The senior football team was formed in 2005 with the initiative of current academy director and former senior team coach, Ibrahim Mbikalo, and club chairman Chris Amimo at the insistence of players Karim Rersa, Mohamed Junaid and Azim Butt. On arrival from a tour of the United Kingdom, the team members found themselves overage and with no category to fill in since the youth academy could only accommodate those below fourteen years of age. Under the guidance of Mbikalo, Ligi Ndogo gained their first honours by winning the Private Secondary Schools' League in 2005. They played in the Kiko Cup towards the end of the year, crashing out through a 3–2 loss to Kibera Combined on spot kicks. The team entered the second division of the Nationwide League in 2006, afterwards gaining promotion to the first division. The original team that was formed during the 2005 season included Junaid, Rersa, Butt and several other players. Genk forward Ayub Masika and former Tusker striker Jesse Were both featured for the team briefly. In its effort to pool talent, the team began to bring in non-academy players in 2006.

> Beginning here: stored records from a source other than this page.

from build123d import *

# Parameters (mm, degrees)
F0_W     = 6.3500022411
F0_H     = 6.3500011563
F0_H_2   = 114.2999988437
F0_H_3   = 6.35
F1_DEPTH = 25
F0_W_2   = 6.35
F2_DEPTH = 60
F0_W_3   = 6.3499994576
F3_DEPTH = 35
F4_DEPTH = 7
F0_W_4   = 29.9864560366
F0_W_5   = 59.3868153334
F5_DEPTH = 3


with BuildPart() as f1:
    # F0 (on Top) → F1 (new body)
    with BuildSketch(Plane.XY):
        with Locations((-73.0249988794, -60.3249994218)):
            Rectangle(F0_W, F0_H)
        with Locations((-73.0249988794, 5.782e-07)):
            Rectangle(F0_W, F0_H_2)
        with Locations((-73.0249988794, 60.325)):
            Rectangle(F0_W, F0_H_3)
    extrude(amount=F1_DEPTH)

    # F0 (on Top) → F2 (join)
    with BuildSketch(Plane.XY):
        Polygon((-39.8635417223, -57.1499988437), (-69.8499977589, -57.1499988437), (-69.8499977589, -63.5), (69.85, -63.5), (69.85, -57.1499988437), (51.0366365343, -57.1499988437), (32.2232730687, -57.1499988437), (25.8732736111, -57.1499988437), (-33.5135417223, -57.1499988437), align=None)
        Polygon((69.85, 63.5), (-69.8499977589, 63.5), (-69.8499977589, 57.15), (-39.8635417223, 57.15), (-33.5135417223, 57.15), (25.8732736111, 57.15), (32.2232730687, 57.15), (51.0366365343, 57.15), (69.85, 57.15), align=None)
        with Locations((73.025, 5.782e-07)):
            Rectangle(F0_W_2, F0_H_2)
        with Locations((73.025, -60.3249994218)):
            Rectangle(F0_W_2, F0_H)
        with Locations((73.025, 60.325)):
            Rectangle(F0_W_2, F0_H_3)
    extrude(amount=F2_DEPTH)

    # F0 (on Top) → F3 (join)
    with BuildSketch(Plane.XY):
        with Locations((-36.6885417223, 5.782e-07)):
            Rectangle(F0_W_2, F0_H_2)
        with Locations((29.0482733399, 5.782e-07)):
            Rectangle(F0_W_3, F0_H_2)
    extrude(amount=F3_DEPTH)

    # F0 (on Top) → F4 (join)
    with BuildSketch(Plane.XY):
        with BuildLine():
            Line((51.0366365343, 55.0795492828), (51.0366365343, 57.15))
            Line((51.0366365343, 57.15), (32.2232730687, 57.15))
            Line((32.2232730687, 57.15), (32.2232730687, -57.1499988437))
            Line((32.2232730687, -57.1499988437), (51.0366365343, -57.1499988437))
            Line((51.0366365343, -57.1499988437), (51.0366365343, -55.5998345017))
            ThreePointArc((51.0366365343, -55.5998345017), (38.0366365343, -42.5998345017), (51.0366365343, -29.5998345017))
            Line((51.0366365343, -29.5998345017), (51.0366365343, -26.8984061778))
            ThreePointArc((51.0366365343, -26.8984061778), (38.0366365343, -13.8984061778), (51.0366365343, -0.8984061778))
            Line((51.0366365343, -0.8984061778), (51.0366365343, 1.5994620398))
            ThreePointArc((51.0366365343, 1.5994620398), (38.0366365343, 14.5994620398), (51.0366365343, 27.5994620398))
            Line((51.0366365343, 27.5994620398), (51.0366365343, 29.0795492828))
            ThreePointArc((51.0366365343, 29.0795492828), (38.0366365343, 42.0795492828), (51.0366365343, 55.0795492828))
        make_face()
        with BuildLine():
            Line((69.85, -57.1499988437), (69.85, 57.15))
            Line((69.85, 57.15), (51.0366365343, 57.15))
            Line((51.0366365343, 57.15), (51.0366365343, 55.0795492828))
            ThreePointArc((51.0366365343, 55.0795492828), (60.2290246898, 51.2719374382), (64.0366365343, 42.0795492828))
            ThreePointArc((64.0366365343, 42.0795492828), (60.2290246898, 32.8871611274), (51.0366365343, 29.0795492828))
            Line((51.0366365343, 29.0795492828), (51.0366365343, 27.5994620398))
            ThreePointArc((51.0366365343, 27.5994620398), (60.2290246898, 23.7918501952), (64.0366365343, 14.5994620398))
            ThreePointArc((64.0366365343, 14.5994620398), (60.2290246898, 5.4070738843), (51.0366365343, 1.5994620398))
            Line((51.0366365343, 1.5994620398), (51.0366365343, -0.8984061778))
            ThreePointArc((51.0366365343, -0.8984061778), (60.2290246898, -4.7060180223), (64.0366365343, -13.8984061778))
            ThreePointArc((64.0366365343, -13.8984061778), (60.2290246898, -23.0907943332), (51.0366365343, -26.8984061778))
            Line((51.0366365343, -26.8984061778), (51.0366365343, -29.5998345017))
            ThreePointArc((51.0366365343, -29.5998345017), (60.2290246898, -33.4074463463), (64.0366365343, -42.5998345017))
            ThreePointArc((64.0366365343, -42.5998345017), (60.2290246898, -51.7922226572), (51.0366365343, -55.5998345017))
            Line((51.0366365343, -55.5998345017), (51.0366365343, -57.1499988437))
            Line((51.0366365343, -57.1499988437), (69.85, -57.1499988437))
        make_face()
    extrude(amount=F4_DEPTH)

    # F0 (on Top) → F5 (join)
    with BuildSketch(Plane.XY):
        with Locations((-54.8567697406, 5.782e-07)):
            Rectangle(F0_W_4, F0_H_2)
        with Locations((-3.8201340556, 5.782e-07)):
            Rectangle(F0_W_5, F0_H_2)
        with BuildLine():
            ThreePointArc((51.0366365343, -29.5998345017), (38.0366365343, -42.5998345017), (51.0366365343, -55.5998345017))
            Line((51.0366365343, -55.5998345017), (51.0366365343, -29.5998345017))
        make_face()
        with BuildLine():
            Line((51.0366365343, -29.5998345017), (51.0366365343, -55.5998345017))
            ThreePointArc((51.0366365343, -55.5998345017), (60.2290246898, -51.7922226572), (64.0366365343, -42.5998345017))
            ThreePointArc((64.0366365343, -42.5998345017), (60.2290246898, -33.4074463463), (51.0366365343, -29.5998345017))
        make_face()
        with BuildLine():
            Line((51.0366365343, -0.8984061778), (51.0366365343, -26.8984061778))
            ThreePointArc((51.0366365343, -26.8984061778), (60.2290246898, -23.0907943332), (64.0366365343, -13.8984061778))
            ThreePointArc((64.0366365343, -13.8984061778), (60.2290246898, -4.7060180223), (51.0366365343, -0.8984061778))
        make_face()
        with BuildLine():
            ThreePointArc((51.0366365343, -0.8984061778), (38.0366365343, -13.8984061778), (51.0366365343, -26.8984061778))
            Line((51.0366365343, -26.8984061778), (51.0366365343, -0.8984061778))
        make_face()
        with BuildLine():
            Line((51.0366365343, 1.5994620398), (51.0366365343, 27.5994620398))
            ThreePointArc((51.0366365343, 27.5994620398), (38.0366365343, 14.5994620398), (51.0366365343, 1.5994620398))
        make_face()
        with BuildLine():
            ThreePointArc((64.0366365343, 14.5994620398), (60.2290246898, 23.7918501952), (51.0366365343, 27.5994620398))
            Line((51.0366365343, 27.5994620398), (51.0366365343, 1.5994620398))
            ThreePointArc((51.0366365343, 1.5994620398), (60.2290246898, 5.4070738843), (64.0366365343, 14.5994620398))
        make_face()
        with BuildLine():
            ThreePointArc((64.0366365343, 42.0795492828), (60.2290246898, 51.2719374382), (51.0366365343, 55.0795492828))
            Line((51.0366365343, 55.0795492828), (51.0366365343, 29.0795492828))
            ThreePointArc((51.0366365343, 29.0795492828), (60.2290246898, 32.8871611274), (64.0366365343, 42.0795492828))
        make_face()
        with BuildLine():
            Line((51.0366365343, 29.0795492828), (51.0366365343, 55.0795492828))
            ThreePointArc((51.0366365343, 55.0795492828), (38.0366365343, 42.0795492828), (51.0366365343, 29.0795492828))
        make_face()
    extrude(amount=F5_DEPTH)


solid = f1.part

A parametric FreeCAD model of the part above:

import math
import FreeCAD as App
import Part
import Sketcher
from FreeCAD import Vector
Q = App.Units.Quantity

doc = App.newDocument("Part")
body = doc.addObject("PartDesign::Body", "Body")

sketch1 = body.newObject("Sketcher::SketchObject", "Sketch")
sketch1.AttachmentSupport = (doc.getObject("XY_Plane"), [""])
sketch1.MapMode = "FlatFace"
sketch1.addGeometry(Part.LineSegment(Vector(-76.2, -63.5, 0), Vector(-69.849998, -63.5, 0)), False)
sketch1.addGeometry(Part.LineSegment(Vector(-69.849998, -63.5, 0), Vector(-69.849998, 63.5, 0)), False)
sketch1.addGeometry(Part.LineSegment(Vector(-69.849998, 63.5, 0), Vector(-76.2, 63.5, 0)), False)
sketch1.addGeometry(Part.LineSegment(Vector(-76.2, 63.5, 0), Vector(-76.2, -63.5, 0)), False)
sketch1.addConstraint(Sketcher.Constraint("Coincident", 0, 2, 1, 1))
sketch1.addConstraint(Sketcher.Constraint("Coincident", 1, 2, 2, 1))
sketch1.addConstraint(Sketcher.Constraint("Coincident", 2, 2, 3, 1))
sketch1.addConstraint(Sketcher.Constraint("Coincident", 3, 2, 0, 1))
sketch1.addConstraint(Sketcher.Constraint("Horizontal", 0))
sketch1.addConstraint(Sketcher.Constraint("Vertical", 1))
sketch1.addConstraint(Sketcher.Constraint("Horizontal", 2))
sketch1.addConstraint(Sketcher.Constraint("Vertical", 3))
sketch1.addConstraint(Sketcher.Constraint("DistanceY", 1, 1, 1, 2, Q("5 in")))
sketch1.addConstraint(Sketcher.Constraint("DistanceX", 2, 2, -1, 1, Q("3 in")))
sketch1.addConstraint(Sketcher.Constraint("DistanceX", 0, 1, 0, 2, Q("0.2500001 in")))
sketch1.addConstraint(Sketcher.Constraint("DistanceY", 0, 2, -1, 1, Q("2.5 in")))
pad1 = body.newObject("PartDesign::Pad", "Pad")
pad1.Profile = sketch1
pad1.Length = 25

sketch2 = body.newObject("Sketcher::SketchObject", "Sketch001")
sketch2.AttachmentSupport = (doc.getObject("XY_Plane"), [""])
sketch2.MapMode = "FlatFace"
sketch2.addGeometry(Part.LineSegment(Vector(-69.849998, -57.149999, 0), Vector(-69.849998, -63.5, 0)), False)
sketch2.addGeometry(Part.LineSegment(Vector(-69.849998, -63.5, 0), Vector(76.2, -63.5, 0)), False)
sketch2.addGeometry(Part.LineSegment(Vector(76.2, -63.5, 0), Vector(76.2, 63.5, 0)), False)
sketch2.addGeometry(Part.LineSegment(Vector(76.2, 63.5, 0), Vector(-69.849998, 63.5, 0)), False)
sketch2.addGeometry(Part.LineSegment(Vector(-69.849998, 63.5, 0), Vector(-69.849998, 57.15, 0)), False)
sketch2.addGeometry(Part.LineSegment(Vector(-69.849998, 57.15, 0), Vector(69.85, 57.15, 0)), False)
sketch2.addGeometry(Part.LineSegment(Vector(69.85, 57.15, 0), Vector(69.85, -57.149999, 0)), False)
sketch2.addGeometry(Part.LineSegment(Vector(69.85, -57.149999, 0), Vector(-69.849998, -57.149999, 0)), False)
sketch2.addConstraint(Sketcher.Constraint("Coincident", 0, 2, 1, 1))
sketch2.addConstraint(Sketcher.Constraint("Coincident", 1, 2, 2, 1))
sketch2.addConstraint(Sketcher.Constraint("Coincident", 2, 2, 3, 1))
sketch2.addConstraint(Sketcher.Constraint("Coincident", 3, 2, 4, 1))
sketch2.addConstraint(Sketcher.Constraint("Coincident", 4, 2, 5, 1))
sketch2.addConstraint(Sketcher.Constraint("Coincident", 5, 2, 6, 1))
sketch2.addConstraint(Sketcher.Constraint("Coincident", 6, 2, 7, 1))
sketch2.addConstraint(Sketcher.Constraint("Coincident", 7, 2, 0, 1))
sketch2.addConstraint(Sketcher.Constraint("Vertical", 0))
sketch2.addConstraint(Sketcher.Constraint("Horizontal", 1))
sketch2.addConstraint(Sketcher.Constraint("Vertical", 2))
sketch2.addConstraint(Sketcher.Constraint("Horizontal", 3))
sketch2.addConstraint(Sketcher.Constraint("Vertical", 4))
sketch2.addConstraint(Sketcher.Constraint("Horizontal", 5))
sketch2.addConstraint(Sketcher.Constraint("Vertical", 6))
sketch2.addConstraint(Sketcher.Constraint("Horizontal", 7))
sketch2.addConstraint(Sketcher.Constraint("Symmetric", 4, 2, 6, 2, -1, 1))
sketch2.addConstraint(Sketcher.Constraint("Symmetric", 0, 2, 3, 2, -1))
sketch2.addConstraint(Sketcher.Constraint("DistanceY", 2, 1, 2, 2, Q("5 in")))
sketch2.addConstraint(Sketcher.Constraint("DistanceX", 5, 1, 5, 2, Q("5.4999999 in")))
sketch2.addConstraint(Sketcher.Constraint("DistanceY", 6, 2, 6, 1, Q("4.5 in")))
sketch2.addConstraint(Sketcher.Constraint("DistanceX", -1, 1, 1, 2, Q("3 in")))
pad2 = body.newObject("PartDesign::Pad", "Pad001")
pad2.Profile = sketch2
pad2.Length = 60

sketch3 = body.newObject("Sketcher::SketchObject", "Sketch002")
sketch3.AttachmentSupport = (doc.getObject("XY_Plane"), [""])
sketch3.MapMode = "FlatFace"
sketch3.addGeometry(Part.LineSegment(Vector(-39.863542, 57.15, 0), Vector(-39.863542, -57.149999, 0)), False)
sketch3.addGeometry(Part.LineSegment(Vector(-39.863542, -57.149999, 0), Vector(-33.513542, -57.149999, 0)), False)
sketch3.addGeometry(Part.LineSegment(Vector(-33.513542, -57.149999, 0), Vector(-33.513542, 57.15, 0)), False)
sketch3.addGeometry(Part.LineSegment(Vector(-33.513542, 57.15, 0), Vector(-39.863542, 57.15, 0)), False)
sketch3.addGeometry(Part.LineSegment(Vector(25.873274, 57.15, 0), Vector(25.873274, -57.149999, 0)), False)
sketch3.addGeometry(Part.LineSegment(Vector(25.873274, -57.149999, 0), Vector(32.223273, -57.149999, 0)), False)
sketch3.addGeometry(Part.LineSegment(Vector(32.223273, -57.149999, 0), Vector(32.223273, 57.15, 0)), False)
sketch3.addGeometry(Part.LineSegment(Vector(32.223273, 57.15, 0), Vector(25.873274, 57.15, 0)), False)
sketch3.addConstraint(Sketcher.Constraint("Coincident", 0, 2, 1, 1))
sketch3.addConstraint(Sketcher.Constraint("Coincident", 1, 2, 2, 1))
sketch3.addConstraint(Sketcher.Constraint("Coincident", 2, 2, 3, 1))
sketch3.addConstraint(Sketcher.Constraint("Coincident", 3, 2, 0, 1))
sketch3.addConstraint(Sketcher.Constraint("Coincident", 4, 2, 5, 1))
sketch3.addConstraint(Sketcher.Constraint("Coincident", 5, 2, 6, 1))
sketch3.addConstraint(Sketcher.Constraint("Coincident", 6, 2, 7, 1))
sketch3.addConstraint(Sketcher.Constraint("Coincident", 7, 2, 4, 1))
sketch3.addConstraint(Sketcher.Constraint("Vertical", 0))
sketch3.addConstraint(Sketcher.Constraint("Horizontal", 1))
sketch3.addConstraint(Sketcher.Constraint("Vertical", 2))
sketch3.addConstraint(Sketcher.Constraint("Horizontal", 3))
sketch3.addConstraint(Sketcher.Constraint("Vertical", 4))
sketch3.addConstraint(Sketcher.Constraint("Horizontal", 5))
sketch3.addConstraint(Sketcher.Constraint("Vertical", 6))
sketch3.addConstraint(Sketcher.Constraint("Horizontal", 7))
sketch3.addConstraint(Sketcher.Constraint("Horizontal", 1, 2, 4, 2))
sketch3.addConstraint(Sketcher.Constraint("Horizontal", 3, 2, 6, 2))
sketch3.addConstraint(Sketcher.Constraint("Equal", 3, 5))
sketch3.addConstraint(Sketcher.Constraint("DistanceY", 0, 2, 0, 1, Q("4.5 in")))
sketch3.addConstraint(Sketcher.Constraint("DistanceX", 1, 1, 1, 2, Q("0.25 in")))
sketch3.addConstraint(Sketcher.Constraint("DistanceY", 0, 2, -1, 1, Q("2.25 in")))
sketch3.addConstraint(Sketcher.Constraint("DistanceX", 0, 2, -1, 1, 39.863542))
sketch3.addConstraint(Sketcher.Constraint("DistanceX", -1, 1, 4, 2, 25.873274))
pad3 = body.newObject("PartDesign::Pad", "Pad002")
pad3.Profile = sketch3
pad3.Length = 35

sketch4 = body.newObject("Sketcher::SketchObject", "Sketch003")
sketch4.AttachmentSupport = (doc.getObject("XY_Plane"), [""])
sketch4.MapMode = "FlatFace"
sketch4.addGeometry(Part.LineSegment(Vector(32.223273, 57.15, 0), Vector(32.223273, -57.149999, 0)), False)
sketch4.addGeometry(Part.LineSegment(Vector(32.223273, -57.149999, 0), Vector(69.85, -57.149999, 0)), False)
sketch4.addGeometry(Part.LineSegment(Vector(69.85, -57.149999, 0), Vector(69.85, 57.15, 0)), False)
sketch4.addGeometry(Part.LineSegment(Vector(69.85, 57.15, 0), Vector(32.223273, 57.15, 0)), False)
sketch4.addGeometry(Part.ArcOfCircle(Part.Circle(Vector(51.036637, -42.599835, 0), Vector(0, 0, 1), 13), math.radians(90), math.radians(270)), False)
sketch4.addGeometry(Part.ArcOfCircle(Part.Circle(Vector(51.036637, -42.599835, 0), Vector(0, 0, 1), 13), math.radians(0), math.radians(90)), False)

In the Nationwide League Second Division, the team went unbeaten in their first season, winning 20 matches without a loss to gain promotion to the First Division. During the course of the season, the team played several tournaments, most notably the Odiso Cup, in which they reached the semi-finals against Toito.

Ligi Ndogo claimed their first major honour when they won the Anti-Corruption Cup in 2009, beating Kariobangi Sharks 1–0 in the final at the Nairobi Technical Institute, and in 2010, the team played in the KFF Nationwide League, finishing second behind Dandora Youth. The following season, they again finished second, this time behind Muhoroni Youth, who were promoted to the Premier League under controversial circumstances. Former Kenya Football Federation chairman Mohammed Hatimy termed their promotion as "unconstitutional".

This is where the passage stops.